There is such a thing as collective trauma. And we’re smack dab in the middle of experiencing it. A pandemic, civic unrest, increasing political polarization. We have had a difficult couple of years. And it’s taking it’s toll on our collective psyche.
I heard a word the other day to perfectly describe where many of us are; languishing. We aren’t all in the deepest pits of depression but we are most certainly not thriving. We’re somewhere in between those and probably leaning more towards the depressed side of the equation. We’ve become indifferent.
Collective Trauma is Changing the Church
I am noticing this not only in the church that I pastor but in others with which I interact. I’m hearing it from many pastors. There is a reason why so many of us are feeling like failures right now and many are looking for work elsewhere. Recently Russell Moore asked, “Are Our Pastors in Trouble”? The answer is “Yes. Yes, we are.” But so are our people.
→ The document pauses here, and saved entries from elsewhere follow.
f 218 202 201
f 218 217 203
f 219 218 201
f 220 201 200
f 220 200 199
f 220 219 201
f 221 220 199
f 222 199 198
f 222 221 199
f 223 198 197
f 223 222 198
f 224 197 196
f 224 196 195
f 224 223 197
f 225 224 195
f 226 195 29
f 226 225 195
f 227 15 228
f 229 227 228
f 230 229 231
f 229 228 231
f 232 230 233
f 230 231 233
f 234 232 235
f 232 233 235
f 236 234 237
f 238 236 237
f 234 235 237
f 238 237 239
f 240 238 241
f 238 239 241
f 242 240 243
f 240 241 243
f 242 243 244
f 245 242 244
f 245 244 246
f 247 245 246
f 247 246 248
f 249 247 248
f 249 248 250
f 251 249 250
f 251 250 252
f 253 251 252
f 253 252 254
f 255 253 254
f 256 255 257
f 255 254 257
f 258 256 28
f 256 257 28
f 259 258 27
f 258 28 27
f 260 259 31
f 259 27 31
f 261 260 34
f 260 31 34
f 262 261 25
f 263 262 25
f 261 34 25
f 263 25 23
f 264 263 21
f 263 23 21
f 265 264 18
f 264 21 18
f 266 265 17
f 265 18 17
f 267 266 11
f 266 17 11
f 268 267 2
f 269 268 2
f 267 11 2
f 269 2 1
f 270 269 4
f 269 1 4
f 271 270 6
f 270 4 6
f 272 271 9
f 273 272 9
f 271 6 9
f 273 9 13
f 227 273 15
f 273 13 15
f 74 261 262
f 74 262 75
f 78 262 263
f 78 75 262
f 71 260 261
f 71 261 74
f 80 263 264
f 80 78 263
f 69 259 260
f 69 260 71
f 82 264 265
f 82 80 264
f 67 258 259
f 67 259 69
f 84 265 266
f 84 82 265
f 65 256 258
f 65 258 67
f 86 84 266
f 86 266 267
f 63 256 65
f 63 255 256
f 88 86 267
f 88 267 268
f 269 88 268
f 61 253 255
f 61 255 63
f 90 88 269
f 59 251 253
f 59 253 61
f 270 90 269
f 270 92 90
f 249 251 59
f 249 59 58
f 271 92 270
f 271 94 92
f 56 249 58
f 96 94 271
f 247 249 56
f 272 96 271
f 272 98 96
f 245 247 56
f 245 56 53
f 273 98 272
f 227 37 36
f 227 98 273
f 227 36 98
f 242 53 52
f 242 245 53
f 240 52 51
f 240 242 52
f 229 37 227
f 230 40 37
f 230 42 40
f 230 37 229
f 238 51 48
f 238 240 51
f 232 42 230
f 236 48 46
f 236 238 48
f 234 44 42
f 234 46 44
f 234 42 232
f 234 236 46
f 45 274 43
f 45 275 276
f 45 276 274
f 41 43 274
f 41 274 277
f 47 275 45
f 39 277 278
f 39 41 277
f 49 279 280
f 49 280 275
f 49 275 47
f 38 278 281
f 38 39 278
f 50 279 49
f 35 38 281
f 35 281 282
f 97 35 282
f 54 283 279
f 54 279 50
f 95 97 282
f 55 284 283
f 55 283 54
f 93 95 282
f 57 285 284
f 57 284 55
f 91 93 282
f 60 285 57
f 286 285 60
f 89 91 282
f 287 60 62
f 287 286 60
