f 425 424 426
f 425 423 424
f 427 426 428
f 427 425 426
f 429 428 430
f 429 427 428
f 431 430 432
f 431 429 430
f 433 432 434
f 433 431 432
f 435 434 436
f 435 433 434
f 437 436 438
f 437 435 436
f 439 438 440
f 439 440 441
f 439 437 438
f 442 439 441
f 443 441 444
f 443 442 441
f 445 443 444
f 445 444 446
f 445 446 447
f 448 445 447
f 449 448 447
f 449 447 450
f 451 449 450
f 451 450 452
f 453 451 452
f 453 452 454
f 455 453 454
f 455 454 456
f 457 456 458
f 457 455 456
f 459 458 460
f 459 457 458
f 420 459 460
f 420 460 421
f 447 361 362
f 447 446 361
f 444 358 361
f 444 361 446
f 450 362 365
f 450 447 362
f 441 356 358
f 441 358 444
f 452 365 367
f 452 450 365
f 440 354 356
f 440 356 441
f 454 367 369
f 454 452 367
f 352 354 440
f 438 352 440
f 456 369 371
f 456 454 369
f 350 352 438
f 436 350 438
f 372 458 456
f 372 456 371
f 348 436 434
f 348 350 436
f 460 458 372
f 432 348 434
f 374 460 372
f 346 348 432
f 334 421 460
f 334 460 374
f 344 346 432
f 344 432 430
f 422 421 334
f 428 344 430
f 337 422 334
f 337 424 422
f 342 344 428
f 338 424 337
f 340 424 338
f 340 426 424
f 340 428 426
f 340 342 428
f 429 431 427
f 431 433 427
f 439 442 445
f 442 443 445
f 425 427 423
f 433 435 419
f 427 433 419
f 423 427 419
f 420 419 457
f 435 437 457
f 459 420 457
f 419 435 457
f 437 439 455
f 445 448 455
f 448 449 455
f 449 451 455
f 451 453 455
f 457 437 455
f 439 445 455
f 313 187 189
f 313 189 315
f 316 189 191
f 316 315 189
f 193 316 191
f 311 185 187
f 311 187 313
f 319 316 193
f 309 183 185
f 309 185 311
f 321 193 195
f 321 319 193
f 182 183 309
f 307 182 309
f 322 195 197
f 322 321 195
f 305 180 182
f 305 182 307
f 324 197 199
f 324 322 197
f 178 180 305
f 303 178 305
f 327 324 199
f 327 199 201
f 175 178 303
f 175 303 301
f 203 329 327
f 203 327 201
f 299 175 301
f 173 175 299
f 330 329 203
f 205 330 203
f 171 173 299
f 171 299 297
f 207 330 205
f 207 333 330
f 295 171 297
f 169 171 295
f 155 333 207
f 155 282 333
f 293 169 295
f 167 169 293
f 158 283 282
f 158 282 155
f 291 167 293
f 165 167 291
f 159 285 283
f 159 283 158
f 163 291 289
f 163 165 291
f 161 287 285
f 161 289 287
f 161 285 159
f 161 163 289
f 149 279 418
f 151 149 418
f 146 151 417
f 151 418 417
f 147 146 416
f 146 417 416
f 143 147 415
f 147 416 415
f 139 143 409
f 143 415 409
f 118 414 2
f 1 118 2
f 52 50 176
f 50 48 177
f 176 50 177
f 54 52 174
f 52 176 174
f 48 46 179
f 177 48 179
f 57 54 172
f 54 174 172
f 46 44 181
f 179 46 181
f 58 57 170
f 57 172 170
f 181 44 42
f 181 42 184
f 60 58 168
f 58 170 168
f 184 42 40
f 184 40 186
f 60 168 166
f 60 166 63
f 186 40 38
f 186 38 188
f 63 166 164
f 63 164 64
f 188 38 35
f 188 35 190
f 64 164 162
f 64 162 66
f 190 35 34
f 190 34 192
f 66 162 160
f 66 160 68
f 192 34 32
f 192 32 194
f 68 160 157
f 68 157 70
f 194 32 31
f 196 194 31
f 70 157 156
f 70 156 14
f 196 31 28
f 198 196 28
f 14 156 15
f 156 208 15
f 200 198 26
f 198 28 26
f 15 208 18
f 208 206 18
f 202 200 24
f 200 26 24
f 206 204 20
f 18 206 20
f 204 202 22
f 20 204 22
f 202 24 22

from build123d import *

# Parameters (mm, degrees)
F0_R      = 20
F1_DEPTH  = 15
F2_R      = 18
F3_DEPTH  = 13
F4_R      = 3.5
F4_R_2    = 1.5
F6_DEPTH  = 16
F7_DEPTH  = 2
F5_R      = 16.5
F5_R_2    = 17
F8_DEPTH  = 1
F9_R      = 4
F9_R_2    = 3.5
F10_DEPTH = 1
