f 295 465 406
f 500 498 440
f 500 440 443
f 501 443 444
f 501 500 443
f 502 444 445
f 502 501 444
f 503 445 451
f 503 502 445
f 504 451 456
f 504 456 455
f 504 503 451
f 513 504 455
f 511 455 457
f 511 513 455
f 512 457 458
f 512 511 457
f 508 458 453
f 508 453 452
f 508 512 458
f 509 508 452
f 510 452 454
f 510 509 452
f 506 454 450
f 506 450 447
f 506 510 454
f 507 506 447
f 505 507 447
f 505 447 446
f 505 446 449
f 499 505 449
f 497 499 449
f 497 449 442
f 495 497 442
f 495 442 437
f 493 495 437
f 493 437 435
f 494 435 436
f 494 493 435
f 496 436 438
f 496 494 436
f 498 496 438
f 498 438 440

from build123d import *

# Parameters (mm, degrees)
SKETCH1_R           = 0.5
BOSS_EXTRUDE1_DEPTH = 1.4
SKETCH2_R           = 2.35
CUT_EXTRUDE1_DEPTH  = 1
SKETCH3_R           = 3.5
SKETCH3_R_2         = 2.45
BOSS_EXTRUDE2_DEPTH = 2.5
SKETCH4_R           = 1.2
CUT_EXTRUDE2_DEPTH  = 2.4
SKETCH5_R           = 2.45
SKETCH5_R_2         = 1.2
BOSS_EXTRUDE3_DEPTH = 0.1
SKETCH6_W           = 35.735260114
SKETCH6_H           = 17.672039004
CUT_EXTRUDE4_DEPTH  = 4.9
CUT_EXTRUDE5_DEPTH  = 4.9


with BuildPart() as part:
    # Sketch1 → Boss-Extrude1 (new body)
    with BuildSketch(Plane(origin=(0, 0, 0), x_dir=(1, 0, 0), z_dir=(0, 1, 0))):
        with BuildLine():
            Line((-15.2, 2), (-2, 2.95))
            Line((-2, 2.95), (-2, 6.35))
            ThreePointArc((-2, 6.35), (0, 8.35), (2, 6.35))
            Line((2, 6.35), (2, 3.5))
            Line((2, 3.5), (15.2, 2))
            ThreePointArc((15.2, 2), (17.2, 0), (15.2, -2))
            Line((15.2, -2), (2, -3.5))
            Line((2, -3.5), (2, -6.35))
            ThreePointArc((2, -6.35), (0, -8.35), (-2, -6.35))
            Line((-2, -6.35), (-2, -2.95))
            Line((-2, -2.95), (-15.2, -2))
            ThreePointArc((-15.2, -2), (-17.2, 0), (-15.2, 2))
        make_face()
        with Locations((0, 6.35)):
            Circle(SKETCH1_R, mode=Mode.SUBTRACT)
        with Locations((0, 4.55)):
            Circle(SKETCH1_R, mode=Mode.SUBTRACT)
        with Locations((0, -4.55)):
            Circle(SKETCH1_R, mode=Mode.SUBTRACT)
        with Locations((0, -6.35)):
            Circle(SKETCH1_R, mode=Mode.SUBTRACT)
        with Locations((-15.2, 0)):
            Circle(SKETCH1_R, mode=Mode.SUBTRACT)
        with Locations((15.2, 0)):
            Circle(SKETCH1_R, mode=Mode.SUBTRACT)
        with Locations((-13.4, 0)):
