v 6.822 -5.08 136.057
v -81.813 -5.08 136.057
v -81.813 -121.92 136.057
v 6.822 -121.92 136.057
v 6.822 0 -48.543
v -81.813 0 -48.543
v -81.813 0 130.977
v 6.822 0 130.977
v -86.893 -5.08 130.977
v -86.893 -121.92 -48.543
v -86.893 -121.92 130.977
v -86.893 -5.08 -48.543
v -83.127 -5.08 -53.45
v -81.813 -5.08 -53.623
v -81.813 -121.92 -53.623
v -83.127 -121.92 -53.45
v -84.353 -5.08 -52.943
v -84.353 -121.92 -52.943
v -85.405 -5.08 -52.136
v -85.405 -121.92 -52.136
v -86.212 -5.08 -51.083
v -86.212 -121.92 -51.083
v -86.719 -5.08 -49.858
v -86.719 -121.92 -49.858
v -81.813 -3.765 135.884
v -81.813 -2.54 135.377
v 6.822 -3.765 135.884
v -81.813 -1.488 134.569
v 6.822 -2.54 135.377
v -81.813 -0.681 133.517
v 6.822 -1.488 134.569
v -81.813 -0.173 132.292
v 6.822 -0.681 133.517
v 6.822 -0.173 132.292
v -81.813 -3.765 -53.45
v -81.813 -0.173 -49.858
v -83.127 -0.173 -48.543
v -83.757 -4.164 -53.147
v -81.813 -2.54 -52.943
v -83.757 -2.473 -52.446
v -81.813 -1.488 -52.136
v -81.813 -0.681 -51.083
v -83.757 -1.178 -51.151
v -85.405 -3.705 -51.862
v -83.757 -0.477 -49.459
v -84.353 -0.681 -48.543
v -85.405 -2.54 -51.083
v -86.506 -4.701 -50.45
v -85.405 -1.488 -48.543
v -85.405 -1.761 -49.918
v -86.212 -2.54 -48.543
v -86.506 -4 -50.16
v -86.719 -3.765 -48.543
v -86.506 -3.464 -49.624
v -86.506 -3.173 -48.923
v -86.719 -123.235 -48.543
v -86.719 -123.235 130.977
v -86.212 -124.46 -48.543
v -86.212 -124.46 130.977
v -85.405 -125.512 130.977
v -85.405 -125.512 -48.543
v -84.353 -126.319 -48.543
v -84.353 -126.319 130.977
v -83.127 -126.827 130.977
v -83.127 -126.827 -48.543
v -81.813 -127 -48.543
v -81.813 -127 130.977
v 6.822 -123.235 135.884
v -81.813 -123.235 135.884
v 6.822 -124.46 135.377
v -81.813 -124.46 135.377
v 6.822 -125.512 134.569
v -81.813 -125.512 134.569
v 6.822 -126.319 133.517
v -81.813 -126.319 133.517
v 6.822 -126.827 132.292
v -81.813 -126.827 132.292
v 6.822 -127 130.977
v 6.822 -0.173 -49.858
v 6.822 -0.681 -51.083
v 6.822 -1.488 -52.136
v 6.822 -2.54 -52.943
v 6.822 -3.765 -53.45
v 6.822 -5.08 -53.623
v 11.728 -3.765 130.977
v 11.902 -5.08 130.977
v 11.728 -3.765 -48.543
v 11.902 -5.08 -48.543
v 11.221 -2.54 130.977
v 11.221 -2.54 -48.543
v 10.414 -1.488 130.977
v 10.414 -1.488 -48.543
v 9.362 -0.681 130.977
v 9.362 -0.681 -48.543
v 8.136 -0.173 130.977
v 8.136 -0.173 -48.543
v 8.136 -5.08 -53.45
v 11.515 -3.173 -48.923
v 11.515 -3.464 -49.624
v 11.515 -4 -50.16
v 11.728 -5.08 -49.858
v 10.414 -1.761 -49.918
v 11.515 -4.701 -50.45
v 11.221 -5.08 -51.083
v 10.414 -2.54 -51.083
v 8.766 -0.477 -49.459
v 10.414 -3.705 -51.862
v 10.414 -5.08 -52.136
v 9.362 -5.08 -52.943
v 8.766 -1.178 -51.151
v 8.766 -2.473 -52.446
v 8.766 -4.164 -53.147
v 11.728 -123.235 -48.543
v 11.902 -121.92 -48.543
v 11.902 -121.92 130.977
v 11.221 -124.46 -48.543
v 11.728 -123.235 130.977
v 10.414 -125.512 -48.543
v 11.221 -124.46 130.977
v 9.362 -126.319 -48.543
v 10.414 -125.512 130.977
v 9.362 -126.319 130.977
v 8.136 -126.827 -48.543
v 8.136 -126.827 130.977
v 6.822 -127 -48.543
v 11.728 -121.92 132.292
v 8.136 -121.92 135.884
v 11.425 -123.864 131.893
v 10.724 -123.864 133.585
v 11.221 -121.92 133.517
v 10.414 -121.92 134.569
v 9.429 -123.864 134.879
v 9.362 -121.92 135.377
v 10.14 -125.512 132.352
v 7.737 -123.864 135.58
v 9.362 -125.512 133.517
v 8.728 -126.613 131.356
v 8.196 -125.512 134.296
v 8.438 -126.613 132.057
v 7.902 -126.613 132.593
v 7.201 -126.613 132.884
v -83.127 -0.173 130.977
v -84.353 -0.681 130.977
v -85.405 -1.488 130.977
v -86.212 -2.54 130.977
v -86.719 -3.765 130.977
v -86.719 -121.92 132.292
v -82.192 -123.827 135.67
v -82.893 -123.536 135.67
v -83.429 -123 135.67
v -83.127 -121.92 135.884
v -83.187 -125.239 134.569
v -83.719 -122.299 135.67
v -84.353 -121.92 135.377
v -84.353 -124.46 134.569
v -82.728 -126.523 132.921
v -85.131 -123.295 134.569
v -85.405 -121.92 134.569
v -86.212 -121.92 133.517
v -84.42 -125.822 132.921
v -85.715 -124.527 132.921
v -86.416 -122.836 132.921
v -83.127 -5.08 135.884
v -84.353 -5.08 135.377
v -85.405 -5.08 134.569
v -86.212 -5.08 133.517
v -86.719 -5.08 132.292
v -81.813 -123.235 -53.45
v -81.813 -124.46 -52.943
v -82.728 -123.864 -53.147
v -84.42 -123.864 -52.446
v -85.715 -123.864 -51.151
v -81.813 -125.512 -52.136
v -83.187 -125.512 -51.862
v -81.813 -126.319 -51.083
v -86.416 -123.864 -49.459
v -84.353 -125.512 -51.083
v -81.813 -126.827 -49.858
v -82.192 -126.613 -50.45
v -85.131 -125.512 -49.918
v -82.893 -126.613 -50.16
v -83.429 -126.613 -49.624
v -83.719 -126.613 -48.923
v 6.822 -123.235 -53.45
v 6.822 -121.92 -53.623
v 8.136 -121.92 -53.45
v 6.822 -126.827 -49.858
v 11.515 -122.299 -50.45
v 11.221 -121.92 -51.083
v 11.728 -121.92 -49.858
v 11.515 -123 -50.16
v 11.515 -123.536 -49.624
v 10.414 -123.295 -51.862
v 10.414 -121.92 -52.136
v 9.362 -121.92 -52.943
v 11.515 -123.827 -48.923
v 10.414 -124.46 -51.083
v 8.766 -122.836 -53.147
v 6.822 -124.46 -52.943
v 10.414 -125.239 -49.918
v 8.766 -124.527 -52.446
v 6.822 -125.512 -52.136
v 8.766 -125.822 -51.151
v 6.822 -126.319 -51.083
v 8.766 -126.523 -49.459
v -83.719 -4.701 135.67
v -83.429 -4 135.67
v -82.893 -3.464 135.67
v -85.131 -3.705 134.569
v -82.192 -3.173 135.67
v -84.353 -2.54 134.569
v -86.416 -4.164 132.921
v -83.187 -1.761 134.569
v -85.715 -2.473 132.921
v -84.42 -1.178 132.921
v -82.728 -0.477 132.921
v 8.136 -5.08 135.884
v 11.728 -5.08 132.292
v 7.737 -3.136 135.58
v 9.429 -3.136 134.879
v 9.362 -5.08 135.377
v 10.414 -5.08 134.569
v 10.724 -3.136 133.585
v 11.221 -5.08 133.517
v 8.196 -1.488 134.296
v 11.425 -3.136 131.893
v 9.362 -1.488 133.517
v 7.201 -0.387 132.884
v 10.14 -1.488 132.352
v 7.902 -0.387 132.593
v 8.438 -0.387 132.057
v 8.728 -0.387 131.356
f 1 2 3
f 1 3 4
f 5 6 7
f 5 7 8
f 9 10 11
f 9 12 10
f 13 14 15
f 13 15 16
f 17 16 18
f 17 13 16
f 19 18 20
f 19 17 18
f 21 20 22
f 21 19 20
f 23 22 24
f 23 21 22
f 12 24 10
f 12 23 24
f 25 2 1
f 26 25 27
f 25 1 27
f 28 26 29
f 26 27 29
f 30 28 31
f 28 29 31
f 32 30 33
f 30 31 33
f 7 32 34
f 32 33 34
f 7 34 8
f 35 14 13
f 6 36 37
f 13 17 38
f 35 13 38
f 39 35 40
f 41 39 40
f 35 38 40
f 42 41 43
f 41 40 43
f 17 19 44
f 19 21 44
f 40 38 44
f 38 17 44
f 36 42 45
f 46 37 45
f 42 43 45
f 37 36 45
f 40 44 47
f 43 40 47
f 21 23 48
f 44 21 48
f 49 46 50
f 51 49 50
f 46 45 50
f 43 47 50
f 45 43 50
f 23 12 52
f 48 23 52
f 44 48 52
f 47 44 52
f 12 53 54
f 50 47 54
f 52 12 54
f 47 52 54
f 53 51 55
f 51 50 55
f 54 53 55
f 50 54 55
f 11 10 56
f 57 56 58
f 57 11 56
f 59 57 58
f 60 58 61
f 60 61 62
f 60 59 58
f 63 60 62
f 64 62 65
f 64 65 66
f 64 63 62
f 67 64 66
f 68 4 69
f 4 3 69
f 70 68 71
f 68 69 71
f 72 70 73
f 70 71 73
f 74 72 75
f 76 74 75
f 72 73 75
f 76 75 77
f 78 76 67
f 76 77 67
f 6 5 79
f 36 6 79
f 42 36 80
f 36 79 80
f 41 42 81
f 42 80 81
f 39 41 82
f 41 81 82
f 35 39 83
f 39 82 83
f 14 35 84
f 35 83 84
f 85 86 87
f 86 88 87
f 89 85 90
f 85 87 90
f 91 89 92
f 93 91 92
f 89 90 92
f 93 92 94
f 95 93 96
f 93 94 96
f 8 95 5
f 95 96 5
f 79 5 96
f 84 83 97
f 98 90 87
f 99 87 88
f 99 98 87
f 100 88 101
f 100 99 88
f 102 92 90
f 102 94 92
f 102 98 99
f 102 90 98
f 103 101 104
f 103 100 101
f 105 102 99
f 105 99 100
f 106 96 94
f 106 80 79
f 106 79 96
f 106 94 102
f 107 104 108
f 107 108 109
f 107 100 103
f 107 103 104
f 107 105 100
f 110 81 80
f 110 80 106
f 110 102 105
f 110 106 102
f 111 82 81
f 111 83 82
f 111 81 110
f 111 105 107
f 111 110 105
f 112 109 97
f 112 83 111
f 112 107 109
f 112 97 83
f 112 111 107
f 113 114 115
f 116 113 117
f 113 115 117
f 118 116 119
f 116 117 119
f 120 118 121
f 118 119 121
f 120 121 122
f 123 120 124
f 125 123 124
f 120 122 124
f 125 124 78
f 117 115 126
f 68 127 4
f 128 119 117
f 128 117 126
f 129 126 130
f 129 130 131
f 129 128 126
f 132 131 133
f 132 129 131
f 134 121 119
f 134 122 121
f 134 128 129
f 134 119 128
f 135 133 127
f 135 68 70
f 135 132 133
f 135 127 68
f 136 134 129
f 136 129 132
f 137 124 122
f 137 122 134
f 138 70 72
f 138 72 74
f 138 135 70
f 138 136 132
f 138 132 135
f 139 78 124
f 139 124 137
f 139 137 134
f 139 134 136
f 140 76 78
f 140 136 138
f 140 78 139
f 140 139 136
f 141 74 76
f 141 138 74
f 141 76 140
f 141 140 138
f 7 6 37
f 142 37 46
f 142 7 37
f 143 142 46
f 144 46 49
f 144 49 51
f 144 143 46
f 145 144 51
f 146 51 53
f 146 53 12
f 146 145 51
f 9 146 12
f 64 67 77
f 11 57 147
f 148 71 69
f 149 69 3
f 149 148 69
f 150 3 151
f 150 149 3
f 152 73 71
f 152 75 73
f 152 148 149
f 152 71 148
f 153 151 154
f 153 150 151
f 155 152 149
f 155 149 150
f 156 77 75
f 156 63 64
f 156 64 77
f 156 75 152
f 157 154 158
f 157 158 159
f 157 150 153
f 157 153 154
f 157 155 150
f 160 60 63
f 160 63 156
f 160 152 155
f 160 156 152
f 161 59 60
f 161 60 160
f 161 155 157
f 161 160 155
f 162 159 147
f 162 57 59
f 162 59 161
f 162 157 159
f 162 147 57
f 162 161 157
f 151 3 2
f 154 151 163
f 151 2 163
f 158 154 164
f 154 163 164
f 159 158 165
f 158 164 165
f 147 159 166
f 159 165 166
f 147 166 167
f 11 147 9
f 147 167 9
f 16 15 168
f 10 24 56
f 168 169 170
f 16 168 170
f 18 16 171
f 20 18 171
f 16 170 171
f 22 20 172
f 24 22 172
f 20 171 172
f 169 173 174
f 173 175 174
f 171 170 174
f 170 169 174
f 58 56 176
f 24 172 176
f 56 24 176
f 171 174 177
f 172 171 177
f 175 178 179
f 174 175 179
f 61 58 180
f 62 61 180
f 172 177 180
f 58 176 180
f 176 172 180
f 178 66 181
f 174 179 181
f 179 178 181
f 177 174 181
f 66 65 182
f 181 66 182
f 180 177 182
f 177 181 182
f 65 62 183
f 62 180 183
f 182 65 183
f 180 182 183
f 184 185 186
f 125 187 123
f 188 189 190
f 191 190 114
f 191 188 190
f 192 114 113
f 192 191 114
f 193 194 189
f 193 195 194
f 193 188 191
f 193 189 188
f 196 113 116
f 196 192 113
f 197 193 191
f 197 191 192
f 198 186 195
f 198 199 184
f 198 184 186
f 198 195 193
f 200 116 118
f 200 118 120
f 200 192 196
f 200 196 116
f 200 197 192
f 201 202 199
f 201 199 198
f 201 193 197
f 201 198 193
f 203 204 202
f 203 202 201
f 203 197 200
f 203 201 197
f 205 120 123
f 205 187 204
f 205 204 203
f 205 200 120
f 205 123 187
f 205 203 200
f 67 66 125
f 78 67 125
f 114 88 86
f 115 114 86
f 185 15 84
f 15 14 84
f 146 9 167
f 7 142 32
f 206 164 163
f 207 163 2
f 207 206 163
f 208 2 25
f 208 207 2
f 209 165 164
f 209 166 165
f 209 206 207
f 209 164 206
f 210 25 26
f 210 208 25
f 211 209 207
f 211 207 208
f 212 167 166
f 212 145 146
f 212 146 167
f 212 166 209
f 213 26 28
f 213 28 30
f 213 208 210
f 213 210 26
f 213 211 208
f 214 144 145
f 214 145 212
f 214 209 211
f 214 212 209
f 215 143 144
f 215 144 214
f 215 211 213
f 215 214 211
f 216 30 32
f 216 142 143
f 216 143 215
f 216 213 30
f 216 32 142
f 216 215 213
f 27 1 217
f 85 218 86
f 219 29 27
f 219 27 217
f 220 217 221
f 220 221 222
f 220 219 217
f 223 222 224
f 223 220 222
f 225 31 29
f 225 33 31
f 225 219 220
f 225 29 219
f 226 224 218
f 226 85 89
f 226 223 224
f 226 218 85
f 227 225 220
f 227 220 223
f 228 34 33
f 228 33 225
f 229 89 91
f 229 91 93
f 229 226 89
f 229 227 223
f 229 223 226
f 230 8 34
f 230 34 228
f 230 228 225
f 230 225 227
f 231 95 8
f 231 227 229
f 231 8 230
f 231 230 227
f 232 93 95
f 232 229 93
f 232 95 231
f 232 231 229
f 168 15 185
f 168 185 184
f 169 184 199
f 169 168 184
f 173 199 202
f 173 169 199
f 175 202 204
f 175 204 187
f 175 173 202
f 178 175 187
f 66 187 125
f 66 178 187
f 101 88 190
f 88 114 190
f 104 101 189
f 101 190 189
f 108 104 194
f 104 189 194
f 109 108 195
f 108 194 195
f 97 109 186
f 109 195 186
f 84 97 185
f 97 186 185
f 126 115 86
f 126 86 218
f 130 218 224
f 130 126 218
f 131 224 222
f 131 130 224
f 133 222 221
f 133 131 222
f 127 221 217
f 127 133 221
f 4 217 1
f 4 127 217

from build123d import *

# Parameters (mm, degrees)
F0_W     = 98.794114
F0_H     = 189.680554
F1_DEPTH = 127
F2_R     = 5.08
F3_R     = 5.08
F4_R     = 5.08
F5_R     = 5.08
F6_R     = 5.08


with BuildPart() as f1:
    # F0 (on Front) → F1 (new body)
    with BuildSketch(Plane.XZ):
        with Locations((-37.495473, 41.216817)):
            Rectangle(F0_W, F0_H)
    extrude(amount=F1_DEPTH)

    # F2
    f2_edges = [f1.edges().sort_by_distance(p)[0] for p in [
        (11.901584, -63.5, 136.057094),
    ]]
    fillet(f2_edges, radius=F2_R)

    # F3
    f3_edges = [f1.edges().sort_by_distance(p)[0] for p in [
        (-37.495473, 0, -53.62346),
    ]]
    fillet(f3_edges, radius=F3_R)

    # F4
    f4_edges = [f1.edges().sort_by_distance(p)[0] for p in [
        (-86.89253, 0, 43.756817),
    ]]
    fillet(f4_edges, radius=F4_R)

    # F5
    f5_edges = [f1.edges().sort_by_distance(p)[0] for p in [
        (-86.89253, -127, 43.756817),
    ]]
    fillet(f5_edges, radius=F5_R)

    # F6
    f6_edges = [f1.edges().sort_by_distance(p)[0] for p in [
        (11.901584, -63.5, -53.62346),
    ]]
    fillet(f6_edges, radius=F6_R)


solid = f1.part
The two are connected.
We have experienced collective trauma and it’s killing us because we’ve never really been taught how to grieve together, how to lament together, or even how to really truly praise together. And so we default to tearing one another apart.
Adam Grant is correct that we might not even notice that we are languishing:
Part of the danger is that when you’re languishing, you might not notice the dulling of delight or the dwindling of drive. You don’t catch yourself slipping slowly into solitude; you’re indifferent to your indifference. When you can’t see your own suffering, you don’t seek help or even do much to help yourself.
But that’s the thing with collective trauma. It’s like a puppet master. Collective trauma has to go somewhere. All that trauma will go somewhere. That pain, frustration, and disappointment is going to find a landing spot. It’ll wreck marriages, It’ll destroy friendships. It’ll create discontent with your church family, your church leaders, etc.
But there is also a connection to trauma and shame and hiding. I’m not an expert on all of the connections here but I know with certainty that when we have trauma—and this is true also of collective trauma—we will pursue release instead of staring down the pain. We’ll turn to Saturday Night Live after 9/11 instead of acknowledging our anger and fear.
Grief and trauma become like a puppet master. It attaches itself to something else and makes you think that what you are really upset about is that politician, or that decision your pastoral staff made, or that person, or that theological belief. Or it could even attach itself to your spouse, your children, your job, or even yourself. Usually it’s a menagerie of marionettes*.
All those pent up feelings come out upon that person and you’ll feel right and justified—because you really do have a reason to grieve and be upset. Things really have been painful. But all that aggression is misplaced. But that momentary feeling of release will quickly subside and be met with another wave of shame. You know that you aren’t really upset with that other person. And so you pick yourself up looking for another victim.
Trauma has a tendency to run away from healing, especially if we have not cultivated a discipline of lament. We aren’t a very emotionally healthy people so collective trauma is going to have far-reaching consequences for us as a people. And the church, sadly, rather than helping is usually part of the puppet show. But it doesn’t have to be.
Those who are experts on dealing with collective trauma tell us that there are three big things that need to happen for healing:
- I need to tell my story.
- I need to tell my story safely to another human.
- I need to tell a new, different story with other humans.
Can you think of a better place for this to happen than in the local church? Is there a better story than the gospel? We have a tremendous opportunity to be at the front of the line in listening to other people’s stories and pain and then hoping and helping to reframe our collective trauma.
But before we can do this we must learn to lament together as a church. We need to tell our stories. We need to give our vent to the Lord. We need to share our frustrations. Our deflated hopes. Our languishing hearts. We must cast all our cares upon him.
Feel free to share your story….no need to clean it up at this stage. We can do that tomorrow.
Jesus heals every languishing heart.